CapitaMalls Asia 2011 profit up 25.7% to S$250.6mn

The company’s secondary listing in Hong Kong reinforces growth prospects in China.

CapitaMalls Asia Limited announced Wednesday that it posted profit after tax and minority interests (“PATMI”) of S$250.6 million (HK$1,506.8 million) for the first nine months of 2011 (year-to-date 2011, or “YTD 2011”), a 25.7% increase over the S$199.3 million (HK$1,198.5 million) in the first nine months of 2010 (year-to-date 2010, or “YTD 2010”).

Earnings before interest and tax (EBIT) were S$324.7 million (HK$1,952.7 million) for YTD 2011, a 35.4% increase over the S$239.8 million (HK$1,442.3 million) for YTD 2010. This was underpinned by recurring EBIT (excluding revaluations) of about S$171.0 million (HK$1,028.3 million) for both its Singapore and Malaysia operations for YTD 2011, according to a CapitaMalls Asia report.

Mr Liew Mun Leong, Chairman of CapitaMalls Asia, said, “Despite the uncertain global economy, Asia remains a growth region. Our key markets of Singapore, China and Malaysia are all expected to post economic growth in 2011 – about 5.0% for Singapore, 9.5% for China, and between 5.0% and 5.5% for Malaysia. Retail sales also continue to grow in all three markets, and this bodes well for our portfolio of well-located and mainly suburban malls catering to necessity shopping.”

“We are pleased to have our secondary listing on the Stock Exchange of Hong Kong yesterday (Tuesday).This will widen our investor base and raise our profile in China, augmenting our growth in the country and making us more attractive to investors both in Hong Kong and China.”

Mr Lim Beng Chee, CEO of CapitaMalls Asia, said, “Shopper traffic in our malls in Singapore grew 2.9% in the first nine months of this year, compared to the same period last year. More importantly, our tenants’ sales grew even faster in the same period, at 6.7%. This shows that the additional shoppers we attract to our malls are spending more at our tenants’ shops. Our Singapore malls also have an occupancy rate of more than 96.0%, which is higher than the industry average.”

“In China, our malls achieved 20.6% growth in Net Property Income on a same-mall basis in the first nine months of this year, compared to the same period last year.
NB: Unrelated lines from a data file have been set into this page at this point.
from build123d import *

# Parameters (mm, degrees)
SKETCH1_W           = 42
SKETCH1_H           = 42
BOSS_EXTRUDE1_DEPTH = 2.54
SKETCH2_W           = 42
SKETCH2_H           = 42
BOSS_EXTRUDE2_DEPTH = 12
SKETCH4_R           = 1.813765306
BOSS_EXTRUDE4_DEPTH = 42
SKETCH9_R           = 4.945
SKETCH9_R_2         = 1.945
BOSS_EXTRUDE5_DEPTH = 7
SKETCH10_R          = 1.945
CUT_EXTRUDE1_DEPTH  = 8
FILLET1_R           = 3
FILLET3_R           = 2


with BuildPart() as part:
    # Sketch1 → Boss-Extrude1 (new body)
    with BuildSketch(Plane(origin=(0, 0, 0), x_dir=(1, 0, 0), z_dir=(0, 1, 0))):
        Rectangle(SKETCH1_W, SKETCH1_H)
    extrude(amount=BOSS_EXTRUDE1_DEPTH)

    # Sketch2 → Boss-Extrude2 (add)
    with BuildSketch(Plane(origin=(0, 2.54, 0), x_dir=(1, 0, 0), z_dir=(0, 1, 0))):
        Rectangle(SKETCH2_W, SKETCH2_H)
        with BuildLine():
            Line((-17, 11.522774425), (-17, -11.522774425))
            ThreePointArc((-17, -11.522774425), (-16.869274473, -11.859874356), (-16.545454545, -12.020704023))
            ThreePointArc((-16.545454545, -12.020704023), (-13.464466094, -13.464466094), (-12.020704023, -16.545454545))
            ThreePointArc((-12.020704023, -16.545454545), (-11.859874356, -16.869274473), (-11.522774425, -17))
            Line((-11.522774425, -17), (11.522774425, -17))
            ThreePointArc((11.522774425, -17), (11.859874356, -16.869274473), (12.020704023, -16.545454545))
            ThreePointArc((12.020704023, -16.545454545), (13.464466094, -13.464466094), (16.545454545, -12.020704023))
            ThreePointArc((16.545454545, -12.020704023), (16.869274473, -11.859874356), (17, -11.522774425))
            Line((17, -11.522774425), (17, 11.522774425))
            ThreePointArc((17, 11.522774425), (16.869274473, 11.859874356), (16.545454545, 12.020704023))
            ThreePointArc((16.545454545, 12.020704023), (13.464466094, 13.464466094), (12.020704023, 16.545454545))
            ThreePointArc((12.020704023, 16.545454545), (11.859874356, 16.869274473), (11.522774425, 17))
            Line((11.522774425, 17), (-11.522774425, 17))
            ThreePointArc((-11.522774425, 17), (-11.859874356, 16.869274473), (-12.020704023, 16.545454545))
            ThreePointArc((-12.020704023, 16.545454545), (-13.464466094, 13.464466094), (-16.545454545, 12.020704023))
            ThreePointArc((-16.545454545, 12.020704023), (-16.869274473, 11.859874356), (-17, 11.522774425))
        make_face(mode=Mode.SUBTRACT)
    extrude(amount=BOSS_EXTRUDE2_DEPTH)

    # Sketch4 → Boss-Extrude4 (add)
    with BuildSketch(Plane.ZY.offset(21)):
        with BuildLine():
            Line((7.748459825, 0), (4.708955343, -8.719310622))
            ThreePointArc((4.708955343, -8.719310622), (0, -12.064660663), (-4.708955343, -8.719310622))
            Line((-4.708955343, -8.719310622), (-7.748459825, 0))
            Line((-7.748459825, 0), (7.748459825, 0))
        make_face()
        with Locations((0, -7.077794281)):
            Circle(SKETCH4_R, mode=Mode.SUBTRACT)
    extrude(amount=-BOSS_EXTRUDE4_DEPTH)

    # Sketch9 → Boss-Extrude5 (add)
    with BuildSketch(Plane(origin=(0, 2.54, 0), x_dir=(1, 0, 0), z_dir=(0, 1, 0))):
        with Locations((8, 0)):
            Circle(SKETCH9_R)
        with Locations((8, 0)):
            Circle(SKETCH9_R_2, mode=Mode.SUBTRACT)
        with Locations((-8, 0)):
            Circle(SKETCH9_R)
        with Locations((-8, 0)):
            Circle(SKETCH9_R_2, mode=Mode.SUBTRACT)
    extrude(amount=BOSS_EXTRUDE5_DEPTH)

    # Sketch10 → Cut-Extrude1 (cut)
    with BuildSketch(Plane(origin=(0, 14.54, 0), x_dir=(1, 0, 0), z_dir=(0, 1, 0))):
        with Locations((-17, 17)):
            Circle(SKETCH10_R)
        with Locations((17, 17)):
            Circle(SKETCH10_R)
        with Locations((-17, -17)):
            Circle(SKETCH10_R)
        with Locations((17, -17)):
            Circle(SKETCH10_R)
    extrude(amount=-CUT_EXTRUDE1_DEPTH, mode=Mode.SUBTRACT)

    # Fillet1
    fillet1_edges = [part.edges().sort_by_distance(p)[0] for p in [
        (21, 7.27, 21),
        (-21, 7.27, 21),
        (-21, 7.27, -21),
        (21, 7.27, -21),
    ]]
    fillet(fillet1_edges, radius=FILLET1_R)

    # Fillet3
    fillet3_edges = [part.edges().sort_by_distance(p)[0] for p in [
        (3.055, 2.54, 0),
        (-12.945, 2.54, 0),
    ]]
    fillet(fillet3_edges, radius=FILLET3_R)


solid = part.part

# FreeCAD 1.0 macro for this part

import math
import FreeCAD as App
import Part
import Sketcher
Q = App.Units.Quantity


def edges_at(feature, points):
    """Names of the edges that pass closest to the given points."""
    edges = feature.Shape.Edges
    near = lambda p: min(range(len(edges)), key=lambda i: edges[i].distToShape(Part.Vertex(*p))[0])
    return sorted({f"Edge{near(p) + 1}" for p in points})


def add_polygon(sketch, points):
    """Adds a closed chain of lines whose ends are joined by coincident constraints."""
    first, n = sketch.GeometryCount, len(points)
    for a, b in zip(points, points[1:] + points[:1]):
        sketch.addGeometry(Part.LineSegment(App.Vector(*a, 0), App.Vector(*b, 0)), False)
    for i in range(n):
        sketch.addConstraint(Sketcher.Constraint("Coincident", first + i, 2, first + (i + 1) % n, 1))

doc = App.newDocument("Part")
body = doc.addObject("PartDesign::Body", "Body")

sketch1 = body.newObject("Sketcher::SketchObject", "Sketch")
sketch1.AttachmentSupport = (doc.getObject("XZ_Plane"), [""])
sketch1.MapMode = "FlatFace"
add_polygon(sketch1, [(-21, -21), (-21, 21), (21, 21), (21, -21)])
sketch1.addConstraint([
    Sketcher.Constraint("Vertical", 0),
    Sketcher.Constraint("Horizontal", 1),
    Sketcher.Constraint("Vertical", 2),
    Sketcher.Constraint("Horizontal", 3),
    Sketcher.Constraint("Symmetric", 0, 2, 2, 2, -1, 1),
    Sketcher.Constraint("Equal", 3, 0),
    Sketcher.Constraint("DistanceX", 1, 1, 1, 2, Q("42 mm")),
])
pad1 = body.newObject("PartDesign::Pad", "Pad")
pad1.Profile = sketch1
pad1.Length = 2.54
pad1.Reversed = True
This came on the back of strong growth in tenants’ sales and shopper traffic, which increased 13.3% and 8.4% respectively in the first nine months of this year. We acquired the remaining stakes in two malls in Shanghai – Minhang Plaza and Hongkou Plaza – and also announced our maiden project in Suzhou to develop the largest shopping mall in the city.”

“We continued to build our industry-leading network of 10,000 leases in the region by organising the inaugural Retail Global Connexion 2011 in Singapore last week, following the success of our inaugural Retailers’ Forum in Chengdu in May. The Retail Global Connexion was attended by more than 500 international and Singapore retailers and another 500 Singapore tertiary students. The successful retailers who spoke at the forum were the bosses of Desigual, Daiso, Country Style Cooking, Awfully Chocolate, Eu Yan Sang, Jeric Salon and Soo Kee Group.”

“These forums showcase our retailers and provide them with additional opportunities to meet new investors, business partners, including franchisees, and potential employees. They also highlight to our retailers our competitive advantage in helping them expand to our malls in the other countries that we are present in, for our mutual growth. We will continue to explore ways to add value to our retailers to help them grow, as their success is fundamental to our long-term success.”